In simple cases like the example above, there's no need for the *aux* parameters. In these cases, just **pass a null pointer** to `hash_init()` for *aux* and ignore the values passed to the hash function and comparison functions. (You'll get a compiler warning if you don't use the *aux* parameter, but you can turn that off with the `UNUSED` macro, as shown in the example, or you can just ignore it.)

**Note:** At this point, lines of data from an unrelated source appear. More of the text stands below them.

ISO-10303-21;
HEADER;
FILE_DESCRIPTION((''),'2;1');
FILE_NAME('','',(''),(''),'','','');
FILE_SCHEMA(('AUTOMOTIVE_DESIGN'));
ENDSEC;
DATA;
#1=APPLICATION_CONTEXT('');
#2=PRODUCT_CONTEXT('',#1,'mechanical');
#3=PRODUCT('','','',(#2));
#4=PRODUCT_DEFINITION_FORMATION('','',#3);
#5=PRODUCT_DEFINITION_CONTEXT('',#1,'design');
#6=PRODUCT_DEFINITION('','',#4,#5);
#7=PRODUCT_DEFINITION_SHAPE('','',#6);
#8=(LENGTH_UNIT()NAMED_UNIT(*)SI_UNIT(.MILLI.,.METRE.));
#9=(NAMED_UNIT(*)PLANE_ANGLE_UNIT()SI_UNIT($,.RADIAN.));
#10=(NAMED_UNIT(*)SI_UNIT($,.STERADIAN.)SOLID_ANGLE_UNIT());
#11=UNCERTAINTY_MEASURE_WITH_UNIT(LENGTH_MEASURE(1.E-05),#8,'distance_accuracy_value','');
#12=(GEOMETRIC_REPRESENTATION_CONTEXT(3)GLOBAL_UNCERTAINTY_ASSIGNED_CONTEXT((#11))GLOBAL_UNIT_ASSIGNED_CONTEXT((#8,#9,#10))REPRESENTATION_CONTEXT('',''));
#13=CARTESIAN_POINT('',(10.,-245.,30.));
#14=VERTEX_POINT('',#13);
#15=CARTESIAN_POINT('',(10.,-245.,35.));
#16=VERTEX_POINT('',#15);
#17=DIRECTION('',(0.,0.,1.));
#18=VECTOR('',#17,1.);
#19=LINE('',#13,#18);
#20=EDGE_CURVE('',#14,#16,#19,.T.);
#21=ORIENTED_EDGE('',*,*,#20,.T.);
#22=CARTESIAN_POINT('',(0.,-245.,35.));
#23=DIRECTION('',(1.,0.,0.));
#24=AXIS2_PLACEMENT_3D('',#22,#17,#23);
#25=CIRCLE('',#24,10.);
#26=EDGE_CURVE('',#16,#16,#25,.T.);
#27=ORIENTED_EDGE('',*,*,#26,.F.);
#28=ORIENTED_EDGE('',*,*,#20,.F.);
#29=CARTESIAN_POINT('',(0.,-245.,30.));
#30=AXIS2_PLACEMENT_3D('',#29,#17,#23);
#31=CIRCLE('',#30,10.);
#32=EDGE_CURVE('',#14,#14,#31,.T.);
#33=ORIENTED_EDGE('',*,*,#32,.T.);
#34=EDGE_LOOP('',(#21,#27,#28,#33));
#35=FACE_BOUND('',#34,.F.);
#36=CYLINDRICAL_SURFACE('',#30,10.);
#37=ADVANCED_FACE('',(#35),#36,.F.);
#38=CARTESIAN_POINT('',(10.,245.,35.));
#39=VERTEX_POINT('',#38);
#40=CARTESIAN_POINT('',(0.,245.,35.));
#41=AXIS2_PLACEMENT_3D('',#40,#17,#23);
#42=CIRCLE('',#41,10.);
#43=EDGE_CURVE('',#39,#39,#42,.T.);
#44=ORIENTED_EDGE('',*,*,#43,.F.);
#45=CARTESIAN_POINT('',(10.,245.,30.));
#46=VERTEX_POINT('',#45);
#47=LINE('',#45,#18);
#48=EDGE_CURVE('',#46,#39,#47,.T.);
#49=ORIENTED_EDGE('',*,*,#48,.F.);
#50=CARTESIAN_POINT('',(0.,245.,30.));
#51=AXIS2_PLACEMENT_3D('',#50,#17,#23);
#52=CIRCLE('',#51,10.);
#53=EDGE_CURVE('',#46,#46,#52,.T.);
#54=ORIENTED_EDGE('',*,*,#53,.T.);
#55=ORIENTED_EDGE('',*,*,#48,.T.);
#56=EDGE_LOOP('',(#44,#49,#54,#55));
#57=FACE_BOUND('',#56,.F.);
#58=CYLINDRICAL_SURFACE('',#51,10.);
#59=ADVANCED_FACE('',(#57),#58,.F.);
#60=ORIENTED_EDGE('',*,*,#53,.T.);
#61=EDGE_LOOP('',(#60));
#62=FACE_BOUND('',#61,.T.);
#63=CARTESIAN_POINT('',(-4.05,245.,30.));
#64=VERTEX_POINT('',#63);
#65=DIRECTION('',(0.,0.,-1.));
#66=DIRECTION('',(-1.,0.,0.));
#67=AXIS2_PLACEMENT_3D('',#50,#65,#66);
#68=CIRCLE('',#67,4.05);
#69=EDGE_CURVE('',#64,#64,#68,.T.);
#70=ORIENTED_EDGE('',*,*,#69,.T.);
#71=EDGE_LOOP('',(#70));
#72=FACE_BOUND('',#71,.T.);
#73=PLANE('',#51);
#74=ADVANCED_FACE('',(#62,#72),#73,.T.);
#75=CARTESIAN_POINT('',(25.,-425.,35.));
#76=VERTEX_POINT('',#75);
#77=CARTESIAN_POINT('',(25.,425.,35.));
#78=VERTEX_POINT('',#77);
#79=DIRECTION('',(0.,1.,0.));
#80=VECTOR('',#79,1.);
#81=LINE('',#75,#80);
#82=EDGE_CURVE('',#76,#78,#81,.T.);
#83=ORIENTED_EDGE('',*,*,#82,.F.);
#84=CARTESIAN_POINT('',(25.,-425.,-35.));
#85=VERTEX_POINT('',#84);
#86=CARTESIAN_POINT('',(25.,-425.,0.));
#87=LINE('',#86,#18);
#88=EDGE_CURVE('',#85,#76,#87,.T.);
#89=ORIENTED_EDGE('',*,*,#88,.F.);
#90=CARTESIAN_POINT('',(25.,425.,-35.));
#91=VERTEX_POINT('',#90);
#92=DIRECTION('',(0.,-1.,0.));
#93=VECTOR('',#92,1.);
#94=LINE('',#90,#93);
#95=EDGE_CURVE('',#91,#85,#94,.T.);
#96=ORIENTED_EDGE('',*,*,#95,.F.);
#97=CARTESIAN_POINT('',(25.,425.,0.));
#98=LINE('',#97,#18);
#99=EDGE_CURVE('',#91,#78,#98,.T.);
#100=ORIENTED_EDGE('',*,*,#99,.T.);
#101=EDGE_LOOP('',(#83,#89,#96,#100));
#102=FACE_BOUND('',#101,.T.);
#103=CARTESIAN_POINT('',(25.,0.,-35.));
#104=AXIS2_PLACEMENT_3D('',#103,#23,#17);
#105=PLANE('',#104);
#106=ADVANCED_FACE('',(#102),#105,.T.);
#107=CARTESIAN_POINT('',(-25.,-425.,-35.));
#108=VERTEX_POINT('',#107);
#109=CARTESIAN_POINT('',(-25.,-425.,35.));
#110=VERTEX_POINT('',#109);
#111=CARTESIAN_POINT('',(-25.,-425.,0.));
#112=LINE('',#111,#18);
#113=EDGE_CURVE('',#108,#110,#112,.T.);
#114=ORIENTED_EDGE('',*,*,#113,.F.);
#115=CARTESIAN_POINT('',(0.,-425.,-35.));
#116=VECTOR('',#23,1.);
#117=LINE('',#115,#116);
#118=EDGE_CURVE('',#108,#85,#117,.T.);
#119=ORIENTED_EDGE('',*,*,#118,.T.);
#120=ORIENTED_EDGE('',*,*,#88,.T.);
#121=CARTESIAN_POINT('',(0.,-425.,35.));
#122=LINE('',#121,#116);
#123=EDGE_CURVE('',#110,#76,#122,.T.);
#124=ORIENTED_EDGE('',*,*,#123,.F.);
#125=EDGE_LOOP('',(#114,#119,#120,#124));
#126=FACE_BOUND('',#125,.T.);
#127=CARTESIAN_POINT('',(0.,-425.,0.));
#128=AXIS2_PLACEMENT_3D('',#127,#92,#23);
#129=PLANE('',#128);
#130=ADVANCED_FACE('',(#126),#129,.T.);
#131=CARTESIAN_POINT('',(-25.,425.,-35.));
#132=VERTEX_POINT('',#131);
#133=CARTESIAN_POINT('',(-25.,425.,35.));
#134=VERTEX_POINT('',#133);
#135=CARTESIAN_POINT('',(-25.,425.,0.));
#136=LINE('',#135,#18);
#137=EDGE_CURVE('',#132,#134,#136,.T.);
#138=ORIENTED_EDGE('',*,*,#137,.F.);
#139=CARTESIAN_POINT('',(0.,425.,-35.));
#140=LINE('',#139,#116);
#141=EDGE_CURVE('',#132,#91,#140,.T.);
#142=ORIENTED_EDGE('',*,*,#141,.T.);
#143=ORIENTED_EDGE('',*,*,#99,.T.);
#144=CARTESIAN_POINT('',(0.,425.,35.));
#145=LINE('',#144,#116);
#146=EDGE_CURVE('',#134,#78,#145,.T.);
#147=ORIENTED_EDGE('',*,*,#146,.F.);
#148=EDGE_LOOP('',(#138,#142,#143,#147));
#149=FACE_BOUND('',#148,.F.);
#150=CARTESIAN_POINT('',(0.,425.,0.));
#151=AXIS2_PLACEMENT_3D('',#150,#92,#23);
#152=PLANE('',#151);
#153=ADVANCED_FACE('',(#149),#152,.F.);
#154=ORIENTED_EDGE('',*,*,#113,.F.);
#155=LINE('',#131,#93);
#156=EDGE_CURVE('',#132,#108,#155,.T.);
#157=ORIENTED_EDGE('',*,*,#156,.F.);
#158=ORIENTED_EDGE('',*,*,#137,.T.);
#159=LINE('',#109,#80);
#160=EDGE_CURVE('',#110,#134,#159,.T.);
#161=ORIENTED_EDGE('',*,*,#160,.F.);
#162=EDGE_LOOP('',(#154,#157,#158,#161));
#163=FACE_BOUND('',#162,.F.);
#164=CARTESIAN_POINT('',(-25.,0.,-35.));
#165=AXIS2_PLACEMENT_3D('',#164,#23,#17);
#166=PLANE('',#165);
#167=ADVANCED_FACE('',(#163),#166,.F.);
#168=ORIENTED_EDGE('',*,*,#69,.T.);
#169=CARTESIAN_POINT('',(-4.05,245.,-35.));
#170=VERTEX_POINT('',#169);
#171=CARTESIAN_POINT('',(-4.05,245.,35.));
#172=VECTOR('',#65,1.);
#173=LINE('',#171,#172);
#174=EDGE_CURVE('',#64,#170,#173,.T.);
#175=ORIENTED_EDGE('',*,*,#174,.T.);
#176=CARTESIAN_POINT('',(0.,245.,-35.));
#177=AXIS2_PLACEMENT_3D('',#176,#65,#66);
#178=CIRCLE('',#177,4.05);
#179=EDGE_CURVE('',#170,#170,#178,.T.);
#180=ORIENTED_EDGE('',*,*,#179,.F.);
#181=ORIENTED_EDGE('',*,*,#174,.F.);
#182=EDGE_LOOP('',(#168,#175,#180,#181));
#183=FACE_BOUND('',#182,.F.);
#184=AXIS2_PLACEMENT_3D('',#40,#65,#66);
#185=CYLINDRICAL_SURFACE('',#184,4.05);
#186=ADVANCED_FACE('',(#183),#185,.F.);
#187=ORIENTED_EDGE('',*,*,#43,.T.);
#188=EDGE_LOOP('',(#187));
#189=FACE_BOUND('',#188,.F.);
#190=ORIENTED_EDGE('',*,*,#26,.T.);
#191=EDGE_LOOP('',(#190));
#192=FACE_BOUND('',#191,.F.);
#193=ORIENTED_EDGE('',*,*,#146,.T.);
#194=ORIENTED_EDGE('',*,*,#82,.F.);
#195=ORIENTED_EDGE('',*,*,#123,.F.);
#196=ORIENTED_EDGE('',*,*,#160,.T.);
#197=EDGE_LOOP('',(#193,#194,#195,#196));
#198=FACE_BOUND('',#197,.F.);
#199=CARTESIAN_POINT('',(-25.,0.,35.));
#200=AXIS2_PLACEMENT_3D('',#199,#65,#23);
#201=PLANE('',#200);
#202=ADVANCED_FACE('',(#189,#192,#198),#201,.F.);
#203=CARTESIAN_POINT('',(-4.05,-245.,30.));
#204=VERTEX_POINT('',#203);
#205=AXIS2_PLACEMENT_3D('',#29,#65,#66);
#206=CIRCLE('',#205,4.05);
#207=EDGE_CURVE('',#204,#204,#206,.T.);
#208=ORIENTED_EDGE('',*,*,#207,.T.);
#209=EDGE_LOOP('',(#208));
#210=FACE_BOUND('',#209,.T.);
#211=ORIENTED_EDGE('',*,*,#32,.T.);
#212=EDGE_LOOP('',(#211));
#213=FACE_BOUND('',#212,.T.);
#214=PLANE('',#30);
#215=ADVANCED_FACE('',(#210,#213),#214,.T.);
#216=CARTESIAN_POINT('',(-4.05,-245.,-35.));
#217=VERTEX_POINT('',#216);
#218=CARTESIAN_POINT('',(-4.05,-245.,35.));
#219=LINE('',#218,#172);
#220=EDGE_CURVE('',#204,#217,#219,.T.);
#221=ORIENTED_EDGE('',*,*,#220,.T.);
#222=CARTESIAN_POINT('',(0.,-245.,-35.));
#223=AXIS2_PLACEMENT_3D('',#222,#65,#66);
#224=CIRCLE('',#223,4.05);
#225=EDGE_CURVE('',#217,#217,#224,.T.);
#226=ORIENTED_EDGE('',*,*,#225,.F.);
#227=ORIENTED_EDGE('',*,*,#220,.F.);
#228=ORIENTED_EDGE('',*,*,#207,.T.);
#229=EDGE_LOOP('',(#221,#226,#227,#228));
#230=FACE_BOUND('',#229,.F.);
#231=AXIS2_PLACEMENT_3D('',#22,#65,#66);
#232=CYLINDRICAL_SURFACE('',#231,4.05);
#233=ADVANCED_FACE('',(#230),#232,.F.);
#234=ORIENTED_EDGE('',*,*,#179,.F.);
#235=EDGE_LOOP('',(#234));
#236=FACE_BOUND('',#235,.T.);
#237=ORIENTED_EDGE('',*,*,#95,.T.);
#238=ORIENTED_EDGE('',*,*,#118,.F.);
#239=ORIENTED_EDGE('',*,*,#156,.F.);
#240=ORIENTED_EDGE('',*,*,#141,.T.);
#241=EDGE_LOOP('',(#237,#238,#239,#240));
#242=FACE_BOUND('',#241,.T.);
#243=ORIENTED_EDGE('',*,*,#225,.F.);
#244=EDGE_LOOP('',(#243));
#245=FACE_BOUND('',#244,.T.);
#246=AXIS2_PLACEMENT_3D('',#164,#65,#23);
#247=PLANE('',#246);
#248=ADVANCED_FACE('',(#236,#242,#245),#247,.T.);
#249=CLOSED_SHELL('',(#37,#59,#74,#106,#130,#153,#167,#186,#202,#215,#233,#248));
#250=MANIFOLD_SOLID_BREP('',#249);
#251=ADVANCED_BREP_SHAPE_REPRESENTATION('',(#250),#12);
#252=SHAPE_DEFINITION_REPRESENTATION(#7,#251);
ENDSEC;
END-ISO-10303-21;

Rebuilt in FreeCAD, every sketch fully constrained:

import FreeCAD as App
import Part
import Sketcher

V = App.Vector

doc = App.newDocument("Part")
body = doc.addObject("PartDesign::Body", "Body")

# Sketch on XZ plane
sketch1 = body.newObject("Sketcher::SketchObject", "Sketch")
sketch1.AttachmentSupport = (doc.getObject("XZ_Plane"), [""])
sketch1.MapMode = "FlatFace"
sketch1.addGeometry([
    Part.LineSegment(V(-25, 35, 0), V(-25, -35, 0)),
    Part.LineSegment(V(-25, -35, 0), V(25, -35, 0)),
    Part.LineSegment(V(25, -35, 0), V(25, 35, 0)),
    Part.LineSegment(V(25, 35, 0), V(-25, 35, 0)),
], False)
sketch1.addConstraint([
    Sketcher.Constraint("Coincident", 0, 2, 1, 1),
    Sketcher.Constraint("Coincident", 1, 2, 2, 1),
    Sketcher.Constraint("Coincident", 2, 2, 3, 1),
    Sketcher.Constraint("Coincident", 3, 2, 0, 1),
    Sketcher.Constraint("Vertical", 0),
    Sketcher.Constraint("Horizontal", 1),
    Sketcher.Constraint("Vertical", 2),
    Sketcher.Constraint("Horizontal", 3),
    Sketcher.Constraint("Symmetric", 0, 2, 2, 2, -1, 1),
    Sketcher.Constraint("DistanceX", 1, 1, 1, 2, 50.0),
    Sketcher.Constraint("DistanceY", 0, 2, 0, 1, 70.0),
])
pad1 = body.newObject("PartDesign::Pad", "Pad")
pad1.Profile = sketch1
pad1.Type = "TwoLengths"
pad1.Length = 425
pad1.Length2 = 425

# Sketch on XY plane
sketch2 = body.newObject("Sketcher::SketchObject", "Sketch001")
sketch2.AttachmentSupport = (doc.getObject("XY_Plane"), [""])
sketch2.MapMode = "FlatFace"
sketch2.AttachmentOffset = App.Placement(V(0, 0, 35), App.Rotation())
sketch2.addGeometry([
    Part.Circle(V(0, -245, 0), V(0, 0, 1), 4),
    Part.Circle(V(0, 245, 0), V(0, 0, 1), 4),
], False)
sketch2.addConstraint([
    Sketcher.Constraint("Equal", 0, 1),
    Sketcher.Constraint("Symmetric", 0, 3, 1, 3, -1, 1),
    Sketcher.Constraint("PointOnObject", 0, 3, -2),
    Sketcher.Constraint("Diameter", 0, 8.1),
    Sketcher.Constraint("DistanceY", 0, 3, -1, 1, 245.0),
])
doc.recompute()
hole = body.newObject("PartDesign::Hole", "Hole")
hole.Profile = sketch2
hole.ThreadType = "None"
hole.Diameter = 8.1
hole.DepthType = "ThroughAll"
hole.HoleCutType = "Counterbore"
hole.HoleCutDiameter = 20
hole.HoleCutDepth = 5

doc.recompute()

***aux*** **is useful when you have some property of the data in the hash table is both constant and needed for hashing or comparison, but not stored in the data items themselves.** For example, if the items in a hash table are fixed-length strings, but the items themselves don't indicate what that fixed length is, you could pass the length as an *aux* parameter.

## Synchronization

**The hash table does not do any internal synchronization.** **It is the caller's responsibility to synchronize calls to hash table functions.**

* In general, any number of functions that examine but do not modify the hash table, such as `hash_find()` or `hash_next()`, may execute simultaneously.
* However, these functions cannot safely execute at the same time as any function that may modify a given hash table, such as `hash_insert()` or `hash_delete()`, nor may more than one function that can modify a given hash table execute safely at once.

**It is also the caller's responsibility to synchronize access to data in hash table elements.** How to synchronize access to this data depends on how it is designed and organized, as with any other data structure.